# Woman dead 11 days behind bookcase



## Kacey (Nov 26, 2006)

Am I alone in thinking this is really weird?  From the Chicago Tribune:



> Weber, 38, returned home Oct. 28 and greeted her mother, then wasn't seen again. Her family thought she had been kidnapped and contacted authorities.
> 
> On Nov. 9 Weber's sister went into her bedroom and looked behind a bookcase and found the missing woman.
> 
> "I'm sleeping in the same house as her for 11 days, looking for her," her mother, Connie Weber, told the St. Petersburg Times. "And she's right in the bedroom."


----------



## MA-Caver (Nov 26, 2006)

That* is* weird... considering a body starts to stink very soon after death. 11 days you'd think the smell would be so bad that it's well, pretty obvious.
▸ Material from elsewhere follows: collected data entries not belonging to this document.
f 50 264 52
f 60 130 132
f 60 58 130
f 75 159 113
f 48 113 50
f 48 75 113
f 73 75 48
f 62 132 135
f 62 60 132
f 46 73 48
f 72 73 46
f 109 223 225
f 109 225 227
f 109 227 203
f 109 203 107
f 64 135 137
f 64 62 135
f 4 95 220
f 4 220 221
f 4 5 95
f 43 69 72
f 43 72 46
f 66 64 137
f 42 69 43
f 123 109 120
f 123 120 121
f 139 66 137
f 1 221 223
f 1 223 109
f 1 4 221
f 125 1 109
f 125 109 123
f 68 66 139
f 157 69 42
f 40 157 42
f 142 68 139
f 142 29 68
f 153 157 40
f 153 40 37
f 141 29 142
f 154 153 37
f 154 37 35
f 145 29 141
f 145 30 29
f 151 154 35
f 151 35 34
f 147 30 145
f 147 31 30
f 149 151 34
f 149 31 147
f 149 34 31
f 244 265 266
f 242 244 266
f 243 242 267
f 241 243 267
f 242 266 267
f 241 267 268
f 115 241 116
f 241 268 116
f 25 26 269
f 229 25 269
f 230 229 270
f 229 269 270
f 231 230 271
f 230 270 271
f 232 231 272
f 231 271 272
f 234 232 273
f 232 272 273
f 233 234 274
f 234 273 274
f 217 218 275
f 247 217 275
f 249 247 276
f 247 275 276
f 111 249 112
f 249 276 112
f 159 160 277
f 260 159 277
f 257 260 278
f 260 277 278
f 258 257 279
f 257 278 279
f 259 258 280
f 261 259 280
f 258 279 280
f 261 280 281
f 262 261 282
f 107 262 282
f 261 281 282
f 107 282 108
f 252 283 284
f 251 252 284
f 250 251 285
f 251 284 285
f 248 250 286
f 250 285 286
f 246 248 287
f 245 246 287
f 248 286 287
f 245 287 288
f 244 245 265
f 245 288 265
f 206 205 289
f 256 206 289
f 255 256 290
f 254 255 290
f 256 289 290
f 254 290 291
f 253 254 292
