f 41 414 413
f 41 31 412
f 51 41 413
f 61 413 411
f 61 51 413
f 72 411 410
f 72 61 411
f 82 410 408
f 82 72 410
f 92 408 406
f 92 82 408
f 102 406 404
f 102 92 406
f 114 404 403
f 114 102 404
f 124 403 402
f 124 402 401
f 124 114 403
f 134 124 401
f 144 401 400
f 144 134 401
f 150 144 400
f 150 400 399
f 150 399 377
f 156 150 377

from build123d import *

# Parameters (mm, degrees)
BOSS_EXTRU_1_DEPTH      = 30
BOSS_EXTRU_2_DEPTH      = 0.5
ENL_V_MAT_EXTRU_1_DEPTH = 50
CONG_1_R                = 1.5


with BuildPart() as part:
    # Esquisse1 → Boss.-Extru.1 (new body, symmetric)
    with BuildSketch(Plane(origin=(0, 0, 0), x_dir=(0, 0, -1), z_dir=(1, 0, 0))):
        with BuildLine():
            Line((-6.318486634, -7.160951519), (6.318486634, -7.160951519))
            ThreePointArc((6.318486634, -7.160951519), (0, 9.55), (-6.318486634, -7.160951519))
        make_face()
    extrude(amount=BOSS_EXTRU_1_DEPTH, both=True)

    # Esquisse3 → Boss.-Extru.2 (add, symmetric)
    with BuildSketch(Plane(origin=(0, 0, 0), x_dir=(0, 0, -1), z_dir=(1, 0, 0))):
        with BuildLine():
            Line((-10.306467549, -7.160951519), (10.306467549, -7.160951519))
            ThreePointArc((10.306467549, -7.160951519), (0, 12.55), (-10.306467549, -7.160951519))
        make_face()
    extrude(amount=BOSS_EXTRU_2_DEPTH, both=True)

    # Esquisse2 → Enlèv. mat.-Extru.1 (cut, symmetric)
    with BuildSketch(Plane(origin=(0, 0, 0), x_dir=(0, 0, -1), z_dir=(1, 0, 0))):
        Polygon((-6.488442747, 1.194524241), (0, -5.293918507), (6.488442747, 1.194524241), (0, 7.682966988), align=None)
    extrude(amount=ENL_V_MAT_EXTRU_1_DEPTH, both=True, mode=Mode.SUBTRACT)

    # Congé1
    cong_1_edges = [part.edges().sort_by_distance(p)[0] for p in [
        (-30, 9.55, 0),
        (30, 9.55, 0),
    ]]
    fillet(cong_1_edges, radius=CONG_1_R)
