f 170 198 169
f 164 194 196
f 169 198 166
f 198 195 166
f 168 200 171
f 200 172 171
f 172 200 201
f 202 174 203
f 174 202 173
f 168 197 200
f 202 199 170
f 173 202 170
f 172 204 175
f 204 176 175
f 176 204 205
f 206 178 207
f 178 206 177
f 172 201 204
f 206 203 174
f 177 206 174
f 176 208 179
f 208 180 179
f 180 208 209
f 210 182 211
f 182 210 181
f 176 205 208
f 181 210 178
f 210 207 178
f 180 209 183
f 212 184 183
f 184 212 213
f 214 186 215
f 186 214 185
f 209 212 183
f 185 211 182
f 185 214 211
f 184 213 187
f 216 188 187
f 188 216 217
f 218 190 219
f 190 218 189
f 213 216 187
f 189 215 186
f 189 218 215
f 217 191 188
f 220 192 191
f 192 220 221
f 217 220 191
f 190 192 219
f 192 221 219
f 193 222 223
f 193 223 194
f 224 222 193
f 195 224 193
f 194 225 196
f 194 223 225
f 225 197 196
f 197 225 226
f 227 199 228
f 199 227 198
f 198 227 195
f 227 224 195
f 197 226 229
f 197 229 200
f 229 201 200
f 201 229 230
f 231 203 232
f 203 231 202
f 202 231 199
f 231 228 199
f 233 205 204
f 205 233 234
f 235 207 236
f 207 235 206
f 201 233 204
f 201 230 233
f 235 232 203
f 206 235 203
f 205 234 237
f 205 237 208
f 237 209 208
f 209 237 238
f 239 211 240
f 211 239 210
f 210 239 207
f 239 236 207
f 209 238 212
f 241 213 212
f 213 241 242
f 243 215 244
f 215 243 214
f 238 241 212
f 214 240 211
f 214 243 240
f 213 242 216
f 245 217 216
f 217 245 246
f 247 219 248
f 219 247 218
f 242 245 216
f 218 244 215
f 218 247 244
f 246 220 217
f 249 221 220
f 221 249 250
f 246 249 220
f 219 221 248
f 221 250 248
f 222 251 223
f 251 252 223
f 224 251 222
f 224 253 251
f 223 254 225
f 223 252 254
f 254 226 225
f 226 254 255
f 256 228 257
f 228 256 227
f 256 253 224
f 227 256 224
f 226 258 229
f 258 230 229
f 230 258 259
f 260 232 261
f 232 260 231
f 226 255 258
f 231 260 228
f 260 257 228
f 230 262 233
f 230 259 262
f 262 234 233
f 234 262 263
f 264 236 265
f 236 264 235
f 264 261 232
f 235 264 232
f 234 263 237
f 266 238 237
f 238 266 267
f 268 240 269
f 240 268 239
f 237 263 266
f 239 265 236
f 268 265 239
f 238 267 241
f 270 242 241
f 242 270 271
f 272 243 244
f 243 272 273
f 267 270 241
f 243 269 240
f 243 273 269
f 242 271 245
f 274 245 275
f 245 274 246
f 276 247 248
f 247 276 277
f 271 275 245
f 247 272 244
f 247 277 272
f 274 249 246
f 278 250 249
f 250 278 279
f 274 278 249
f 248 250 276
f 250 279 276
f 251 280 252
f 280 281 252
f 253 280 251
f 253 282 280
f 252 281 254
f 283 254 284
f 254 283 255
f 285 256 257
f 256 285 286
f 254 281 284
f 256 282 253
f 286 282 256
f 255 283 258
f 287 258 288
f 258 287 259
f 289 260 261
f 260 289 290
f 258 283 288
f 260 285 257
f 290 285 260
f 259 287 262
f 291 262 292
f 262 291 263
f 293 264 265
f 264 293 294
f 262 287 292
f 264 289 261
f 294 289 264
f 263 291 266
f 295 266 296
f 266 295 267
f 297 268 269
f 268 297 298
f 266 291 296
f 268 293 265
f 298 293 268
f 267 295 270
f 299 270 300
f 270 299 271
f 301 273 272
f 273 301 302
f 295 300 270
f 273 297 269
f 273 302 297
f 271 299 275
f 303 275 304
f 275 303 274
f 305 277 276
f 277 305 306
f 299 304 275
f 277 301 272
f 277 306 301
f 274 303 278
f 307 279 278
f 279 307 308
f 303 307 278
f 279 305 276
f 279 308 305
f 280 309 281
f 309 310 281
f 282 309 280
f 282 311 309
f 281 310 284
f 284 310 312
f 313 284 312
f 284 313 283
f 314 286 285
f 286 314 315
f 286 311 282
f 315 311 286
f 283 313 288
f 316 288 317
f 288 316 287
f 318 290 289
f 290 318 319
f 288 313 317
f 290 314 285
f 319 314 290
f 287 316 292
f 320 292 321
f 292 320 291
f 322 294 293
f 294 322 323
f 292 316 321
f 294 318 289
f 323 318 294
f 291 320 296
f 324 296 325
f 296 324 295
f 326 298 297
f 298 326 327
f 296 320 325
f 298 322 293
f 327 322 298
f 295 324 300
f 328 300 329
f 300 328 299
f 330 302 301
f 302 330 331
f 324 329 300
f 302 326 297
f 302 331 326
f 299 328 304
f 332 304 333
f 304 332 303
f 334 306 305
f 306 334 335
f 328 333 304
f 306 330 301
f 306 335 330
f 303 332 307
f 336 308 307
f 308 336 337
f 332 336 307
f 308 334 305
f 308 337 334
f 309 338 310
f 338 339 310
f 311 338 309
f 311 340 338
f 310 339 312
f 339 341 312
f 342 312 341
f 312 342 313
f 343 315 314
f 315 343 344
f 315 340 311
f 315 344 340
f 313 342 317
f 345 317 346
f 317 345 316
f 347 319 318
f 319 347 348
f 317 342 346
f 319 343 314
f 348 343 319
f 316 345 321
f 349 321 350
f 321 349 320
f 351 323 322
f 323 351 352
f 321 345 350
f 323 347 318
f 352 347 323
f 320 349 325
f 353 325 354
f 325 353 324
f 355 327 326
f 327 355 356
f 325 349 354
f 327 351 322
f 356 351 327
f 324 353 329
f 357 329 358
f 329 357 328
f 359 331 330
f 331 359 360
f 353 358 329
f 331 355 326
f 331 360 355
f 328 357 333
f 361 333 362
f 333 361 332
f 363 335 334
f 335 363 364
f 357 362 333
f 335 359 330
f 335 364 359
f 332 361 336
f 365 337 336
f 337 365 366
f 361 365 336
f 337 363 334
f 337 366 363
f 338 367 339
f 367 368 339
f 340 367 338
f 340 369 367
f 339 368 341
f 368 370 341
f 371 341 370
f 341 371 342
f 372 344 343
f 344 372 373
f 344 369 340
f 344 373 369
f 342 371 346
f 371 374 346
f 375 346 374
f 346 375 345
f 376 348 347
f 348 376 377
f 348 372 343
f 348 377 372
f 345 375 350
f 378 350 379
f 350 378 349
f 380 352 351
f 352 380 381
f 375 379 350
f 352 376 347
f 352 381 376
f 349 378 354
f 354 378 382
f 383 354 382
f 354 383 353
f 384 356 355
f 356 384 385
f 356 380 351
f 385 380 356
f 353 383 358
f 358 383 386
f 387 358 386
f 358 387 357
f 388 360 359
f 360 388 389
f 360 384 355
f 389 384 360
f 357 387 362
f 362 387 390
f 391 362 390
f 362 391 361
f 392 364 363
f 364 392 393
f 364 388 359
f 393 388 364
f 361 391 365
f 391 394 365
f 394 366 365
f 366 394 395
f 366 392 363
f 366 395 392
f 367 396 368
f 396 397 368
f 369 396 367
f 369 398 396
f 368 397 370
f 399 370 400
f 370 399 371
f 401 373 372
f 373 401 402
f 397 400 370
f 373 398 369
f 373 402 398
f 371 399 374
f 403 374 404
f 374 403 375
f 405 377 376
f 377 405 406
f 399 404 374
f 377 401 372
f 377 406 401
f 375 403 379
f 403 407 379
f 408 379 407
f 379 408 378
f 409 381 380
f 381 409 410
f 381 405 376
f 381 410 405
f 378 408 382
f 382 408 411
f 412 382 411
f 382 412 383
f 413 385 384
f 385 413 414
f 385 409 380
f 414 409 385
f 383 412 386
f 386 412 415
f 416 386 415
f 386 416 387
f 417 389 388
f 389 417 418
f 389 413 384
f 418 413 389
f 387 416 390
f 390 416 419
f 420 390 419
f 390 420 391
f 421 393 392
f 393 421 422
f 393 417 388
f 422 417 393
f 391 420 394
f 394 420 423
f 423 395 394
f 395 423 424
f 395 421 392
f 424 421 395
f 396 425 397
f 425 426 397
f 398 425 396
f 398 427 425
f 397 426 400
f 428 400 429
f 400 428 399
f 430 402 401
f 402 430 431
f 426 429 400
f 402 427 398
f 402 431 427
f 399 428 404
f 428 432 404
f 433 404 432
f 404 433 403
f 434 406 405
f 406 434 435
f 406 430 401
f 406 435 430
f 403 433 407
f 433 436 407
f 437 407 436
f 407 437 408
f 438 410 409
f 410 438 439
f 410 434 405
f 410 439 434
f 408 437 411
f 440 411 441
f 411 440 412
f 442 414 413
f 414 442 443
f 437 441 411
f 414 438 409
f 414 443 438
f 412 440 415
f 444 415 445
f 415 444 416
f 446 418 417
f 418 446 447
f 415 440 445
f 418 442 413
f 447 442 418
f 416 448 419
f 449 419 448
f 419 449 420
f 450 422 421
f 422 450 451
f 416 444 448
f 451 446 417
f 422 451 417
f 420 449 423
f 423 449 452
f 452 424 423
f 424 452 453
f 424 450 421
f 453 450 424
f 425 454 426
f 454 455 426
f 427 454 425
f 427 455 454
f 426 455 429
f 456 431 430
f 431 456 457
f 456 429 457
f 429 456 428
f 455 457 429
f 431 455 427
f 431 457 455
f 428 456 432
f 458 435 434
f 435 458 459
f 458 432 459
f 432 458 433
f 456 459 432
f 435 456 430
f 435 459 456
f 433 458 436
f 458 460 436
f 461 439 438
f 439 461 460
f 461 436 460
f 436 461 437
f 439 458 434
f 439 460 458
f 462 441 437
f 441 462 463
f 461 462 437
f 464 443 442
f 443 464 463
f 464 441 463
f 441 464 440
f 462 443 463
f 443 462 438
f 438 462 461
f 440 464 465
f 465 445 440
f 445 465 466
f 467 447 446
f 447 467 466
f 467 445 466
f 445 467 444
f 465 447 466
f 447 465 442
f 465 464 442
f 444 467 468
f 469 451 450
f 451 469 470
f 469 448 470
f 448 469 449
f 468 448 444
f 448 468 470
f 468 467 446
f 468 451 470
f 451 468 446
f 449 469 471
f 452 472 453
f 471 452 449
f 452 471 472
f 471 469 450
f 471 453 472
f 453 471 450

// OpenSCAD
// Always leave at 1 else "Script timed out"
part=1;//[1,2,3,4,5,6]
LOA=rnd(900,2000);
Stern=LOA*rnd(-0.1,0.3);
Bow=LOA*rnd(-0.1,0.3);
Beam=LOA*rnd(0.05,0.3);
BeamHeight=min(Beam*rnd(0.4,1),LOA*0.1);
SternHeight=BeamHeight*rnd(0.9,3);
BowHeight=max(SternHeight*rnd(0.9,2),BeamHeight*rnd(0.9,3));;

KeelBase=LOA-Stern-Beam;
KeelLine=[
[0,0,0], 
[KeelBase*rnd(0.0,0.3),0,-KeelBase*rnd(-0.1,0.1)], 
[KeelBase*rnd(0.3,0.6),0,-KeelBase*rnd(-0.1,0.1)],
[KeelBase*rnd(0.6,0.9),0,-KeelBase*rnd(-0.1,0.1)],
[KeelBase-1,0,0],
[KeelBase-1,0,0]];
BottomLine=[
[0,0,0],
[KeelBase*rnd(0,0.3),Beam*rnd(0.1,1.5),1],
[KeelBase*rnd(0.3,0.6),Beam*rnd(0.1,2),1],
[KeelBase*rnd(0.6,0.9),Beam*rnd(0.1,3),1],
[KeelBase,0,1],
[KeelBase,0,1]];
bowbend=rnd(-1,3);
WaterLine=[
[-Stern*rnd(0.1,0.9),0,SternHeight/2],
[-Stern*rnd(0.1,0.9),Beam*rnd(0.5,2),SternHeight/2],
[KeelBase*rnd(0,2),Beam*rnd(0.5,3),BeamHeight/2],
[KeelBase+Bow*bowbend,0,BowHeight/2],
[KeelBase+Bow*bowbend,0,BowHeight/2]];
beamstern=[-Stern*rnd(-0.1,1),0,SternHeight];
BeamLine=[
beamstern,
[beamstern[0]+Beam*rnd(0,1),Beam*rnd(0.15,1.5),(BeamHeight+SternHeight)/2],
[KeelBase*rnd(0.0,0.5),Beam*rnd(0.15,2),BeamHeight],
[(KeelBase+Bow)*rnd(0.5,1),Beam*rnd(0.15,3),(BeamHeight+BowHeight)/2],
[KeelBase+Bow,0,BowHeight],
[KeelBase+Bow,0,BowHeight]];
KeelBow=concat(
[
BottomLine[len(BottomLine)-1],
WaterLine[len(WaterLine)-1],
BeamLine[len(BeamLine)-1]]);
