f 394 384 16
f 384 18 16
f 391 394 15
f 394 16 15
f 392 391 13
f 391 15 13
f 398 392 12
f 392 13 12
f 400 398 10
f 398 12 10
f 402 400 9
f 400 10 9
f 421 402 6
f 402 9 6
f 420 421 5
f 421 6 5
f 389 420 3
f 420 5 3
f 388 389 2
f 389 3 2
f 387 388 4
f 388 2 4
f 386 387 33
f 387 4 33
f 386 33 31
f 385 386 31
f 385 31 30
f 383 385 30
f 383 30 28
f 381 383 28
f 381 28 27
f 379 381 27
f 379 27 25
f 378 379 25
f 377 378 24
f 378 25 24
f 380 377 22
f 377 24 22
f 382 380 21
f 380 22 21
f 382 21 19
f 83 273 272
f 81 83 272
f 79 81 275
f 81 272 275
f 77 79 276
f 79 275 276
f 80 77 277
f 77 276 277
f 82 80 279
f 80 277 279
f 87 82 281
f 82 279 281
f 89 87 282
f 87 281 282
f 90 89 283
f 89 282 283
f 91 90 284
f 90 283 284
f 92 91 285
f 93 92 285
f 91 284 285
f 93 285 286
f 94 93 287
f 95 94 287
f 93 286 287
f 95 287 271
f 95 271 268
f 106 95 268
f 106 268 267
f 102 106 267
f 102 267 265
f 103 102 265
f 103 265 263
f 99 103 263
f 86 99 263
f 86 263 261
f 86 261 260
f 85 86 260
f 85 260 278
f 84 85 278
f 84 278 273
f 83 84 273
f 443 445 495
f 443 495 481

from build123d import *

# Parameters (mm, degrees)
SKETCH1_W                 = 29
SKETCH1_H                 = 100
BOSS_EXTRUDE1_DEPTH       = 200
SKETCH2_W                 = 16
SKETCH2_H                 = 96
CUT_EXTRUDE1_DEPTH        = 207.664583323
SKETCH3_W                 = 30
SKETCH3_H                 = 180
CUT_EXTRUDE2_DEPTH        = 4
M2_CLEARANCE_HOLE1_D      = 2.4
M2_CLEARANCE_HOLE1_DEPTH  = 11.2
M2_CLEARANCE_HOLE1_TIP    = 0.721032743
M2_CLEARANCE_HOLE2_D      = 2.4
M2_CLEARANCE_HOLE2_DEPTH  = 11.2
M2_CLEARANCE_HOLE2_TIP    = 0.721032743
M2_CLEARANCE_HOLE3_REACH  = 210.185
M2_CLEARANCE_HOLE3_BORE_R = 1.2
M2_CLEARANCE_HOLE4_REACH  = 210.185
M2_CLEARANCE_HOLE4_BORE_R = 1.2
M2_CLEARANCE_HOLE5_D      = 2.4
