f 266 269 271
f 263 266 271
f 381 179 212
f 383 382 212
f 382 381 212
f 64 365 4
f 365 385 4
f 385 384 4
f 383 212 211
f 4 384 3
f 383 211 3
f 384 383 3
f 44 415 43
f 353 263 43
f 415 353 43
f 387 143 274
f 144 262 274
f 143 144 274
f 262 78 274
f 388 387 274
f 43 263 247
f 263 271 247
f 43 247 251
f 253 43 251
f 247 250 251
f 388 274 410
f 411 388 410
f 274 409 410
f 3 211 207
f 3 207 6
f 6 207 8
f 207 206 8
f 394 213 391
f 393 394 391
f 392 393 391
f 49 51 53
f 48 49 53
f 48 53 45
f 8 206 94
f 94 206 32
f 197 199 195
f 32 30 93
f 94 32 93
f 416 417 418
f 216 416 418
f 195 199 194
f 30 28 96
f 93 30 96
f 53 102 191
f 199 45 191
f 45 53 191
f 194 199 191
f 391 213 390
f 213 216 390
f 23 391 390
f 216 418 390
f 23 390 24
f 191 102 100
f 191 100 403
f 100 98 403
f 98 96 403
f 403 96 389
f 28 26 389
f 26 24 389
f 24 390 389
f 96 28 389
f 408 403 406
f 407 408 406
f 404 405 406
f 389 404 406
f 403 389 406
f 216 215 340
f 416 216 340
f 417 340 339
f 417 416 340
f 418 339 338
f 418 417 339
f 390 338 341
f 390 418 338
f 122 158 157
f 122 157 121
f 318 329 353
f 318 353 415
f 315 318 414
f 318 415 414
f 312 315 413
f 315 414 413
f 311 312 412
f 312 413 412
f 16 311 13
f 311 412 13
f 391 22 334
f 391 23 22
Very weird indeed.


----------



## Jade Tigress (Nov 26, 2006)

MA-Caver said:


> That* is* weird... considering a body starts to stink very soon after death. 11 days you'd think the smell would be so bad that it's well, pretty obvious. Very weird indeed.



Ewwww. In Florida too. How could they not smell that? Maybe if the door was closed and air conditioning was on? I don't know...very freaky. Sad too.


----------